My names Bill. Obviously new here

I keep reptiles and now have to breed mice for my Snakes, and i want to look after them keeping them as happy as possible, as well as kill them humanely.

I have used this site as part of my research and think it's great.


----------



## Fantasia Mousery (Jul 16, 2011)

Welcome! :mrgreen: 
I've been a feeder breeder myself and have great respect for the feeder breeders who actually care about the mice.
Now I'm about to become a pet mice breeder instead, because I sold my snakes.
Which reptiles do you have?


----------



## The Boggit keeper (Mar 5, 2010)

Hello and Welcome!


----------



## WoodWitch (Oct 18, 2009)

That's fab bw89, welcome to our friendly forum

:welcome1


----------



## bw89 (Jul 26, 2011)

Thank you everyone for the very friendly welcome. From the short time I'v been here I'v seen this is a great site with wonderful and helpful people, and I'v learned loads. 

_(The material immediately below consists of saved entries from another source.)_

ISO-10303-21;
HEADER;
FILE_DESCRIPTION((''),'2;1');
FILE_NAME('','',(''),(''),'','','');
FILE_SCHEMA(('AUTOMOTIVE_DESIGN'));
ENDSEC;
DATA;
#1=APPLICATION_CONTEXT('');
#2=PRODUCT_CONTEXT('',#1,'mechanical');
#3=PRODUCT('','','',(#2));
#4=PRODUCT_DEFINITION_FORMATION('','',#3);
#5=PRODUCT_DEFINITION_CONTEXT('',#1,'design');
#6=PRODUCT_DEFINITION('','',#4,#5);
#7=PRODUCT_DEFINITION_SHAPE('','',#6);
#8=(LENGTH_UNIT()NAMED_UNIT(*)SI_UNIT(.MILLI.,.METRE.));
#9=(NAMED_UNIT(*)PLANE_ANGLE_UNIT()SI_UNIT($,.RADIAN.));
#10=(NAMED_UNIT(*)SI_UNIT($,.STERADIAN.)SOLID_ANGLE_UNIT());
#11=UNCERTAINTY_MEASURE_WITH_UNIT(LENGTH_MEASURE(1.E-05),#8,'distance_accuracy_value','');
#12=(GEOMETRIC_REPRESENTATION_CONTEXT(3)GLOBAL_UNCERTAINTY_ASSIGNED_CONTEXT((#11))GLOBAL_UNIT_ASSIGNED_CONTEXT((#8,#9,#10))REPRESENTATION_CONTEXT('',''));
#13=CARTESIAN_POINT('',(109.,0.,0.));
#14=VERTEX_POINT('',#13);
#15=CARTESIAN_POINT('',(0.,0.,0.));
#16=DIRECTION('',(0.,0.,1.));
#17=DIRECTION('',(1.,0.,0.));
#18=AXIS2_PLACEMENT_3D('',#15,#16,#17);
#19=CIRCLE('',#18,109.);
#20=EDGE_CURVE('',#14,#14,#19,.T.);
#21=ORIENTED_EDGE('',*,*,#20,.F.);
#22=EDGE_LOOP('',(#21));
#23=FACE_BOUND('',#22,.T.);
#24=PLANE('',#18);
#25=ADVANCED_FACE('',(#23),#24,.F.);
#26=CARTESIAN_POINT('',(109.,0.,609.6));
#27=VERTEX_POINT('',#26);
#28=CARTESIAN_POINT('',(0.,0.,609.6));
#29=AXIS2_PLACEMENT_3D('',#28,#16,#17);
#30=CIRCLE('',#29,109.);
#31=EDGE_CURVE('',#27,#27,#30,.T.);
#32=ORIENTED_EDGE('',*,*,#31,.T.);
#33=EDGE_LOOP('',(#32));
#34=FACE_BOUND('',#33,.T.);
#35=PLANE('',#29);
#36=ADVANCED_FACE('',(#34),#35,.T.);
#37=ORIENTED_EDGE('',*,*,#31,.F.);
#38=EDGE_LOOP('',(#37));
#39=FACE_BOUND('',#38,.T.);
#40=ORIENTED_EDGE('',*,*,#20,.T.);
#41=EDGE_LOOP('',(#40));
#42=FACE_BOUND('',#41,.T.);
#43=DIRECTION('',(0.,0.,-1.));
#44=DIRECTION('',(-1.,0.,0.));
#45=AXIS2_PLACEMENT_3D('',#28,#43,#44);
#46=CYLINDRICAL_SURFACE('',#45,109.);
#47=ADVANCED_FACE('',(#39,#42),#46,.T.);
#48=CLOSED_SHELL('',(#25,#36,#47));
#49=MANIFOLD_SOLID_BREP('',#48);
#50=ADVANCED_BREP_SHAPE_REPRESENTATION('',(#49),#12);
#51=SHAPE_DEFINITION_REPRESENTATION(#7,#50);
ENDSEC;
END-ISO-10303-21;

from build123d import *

# Parameters (mm, degrees)
SKETCH1_R           = 109
SKETCH1_R_2         = 100.2
BOSS_EXTRUDE1_DEPTH = 609.6
SKETCH2_R           = 100.2
BOSS_EXTRUDE2_DEPTH = 609.6


with BuildPart() as part:
    # Sketch1 → Boss-Extrude1 (new body)
    with BuildSketch(Plane.XY):
        Circle(SKETCH1_R)
        Circle(SKETCH1_R_2, mode=Mode.SUBTRACT)
    extrude(amount=BOSS_EXTRUDE1_DEPTH)

    # Sketch2 → Boss-Extrude2 (add)
    with BuildSketch(Plane(origin=(0, 0, 0), x_dir=(-1, 0, 0), z_dir=(0, 0, -1))):
        Circle(SKETCH2_R)
    extrude(amount=-BOSS_EXTRUDE2_DEPTH)


solid = part.part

Jathy me too. I endevour to give any animal in my care the dedication and care they need. I have:

4 Corn Snakes (Amel, Striped Ghost, Snow, and Carolina)
1 Californian Kingsnake
1 Western Hognose Snake
1 Rainbow Boa
1 Mangrove Snake
3 Bearded Dragons
1 Savannah Monitor
2 Leopard Geckos
1 Yellow-bellied Slider
1 Marsh Terrapin
1 Australian Sideneck Turtle

I also have

2 Dumbo Rats
3 Laboratory Mouse

and 2 dogs, Sotty and bo

Bill


----------



## Fantasia Mousery (Jul 16, 2011)

Oooh, very lovely! I used to have two corn snakes (a regular and a rosacea) up until a few days ago where I sold them to a friend. Now I only have mice.


----------



## ccoryjohnn (Jul 2, 2010)

Welcome to the forum!


----------



## bw89 (Jul 26, 2011)

Thank you, your all so kind


----------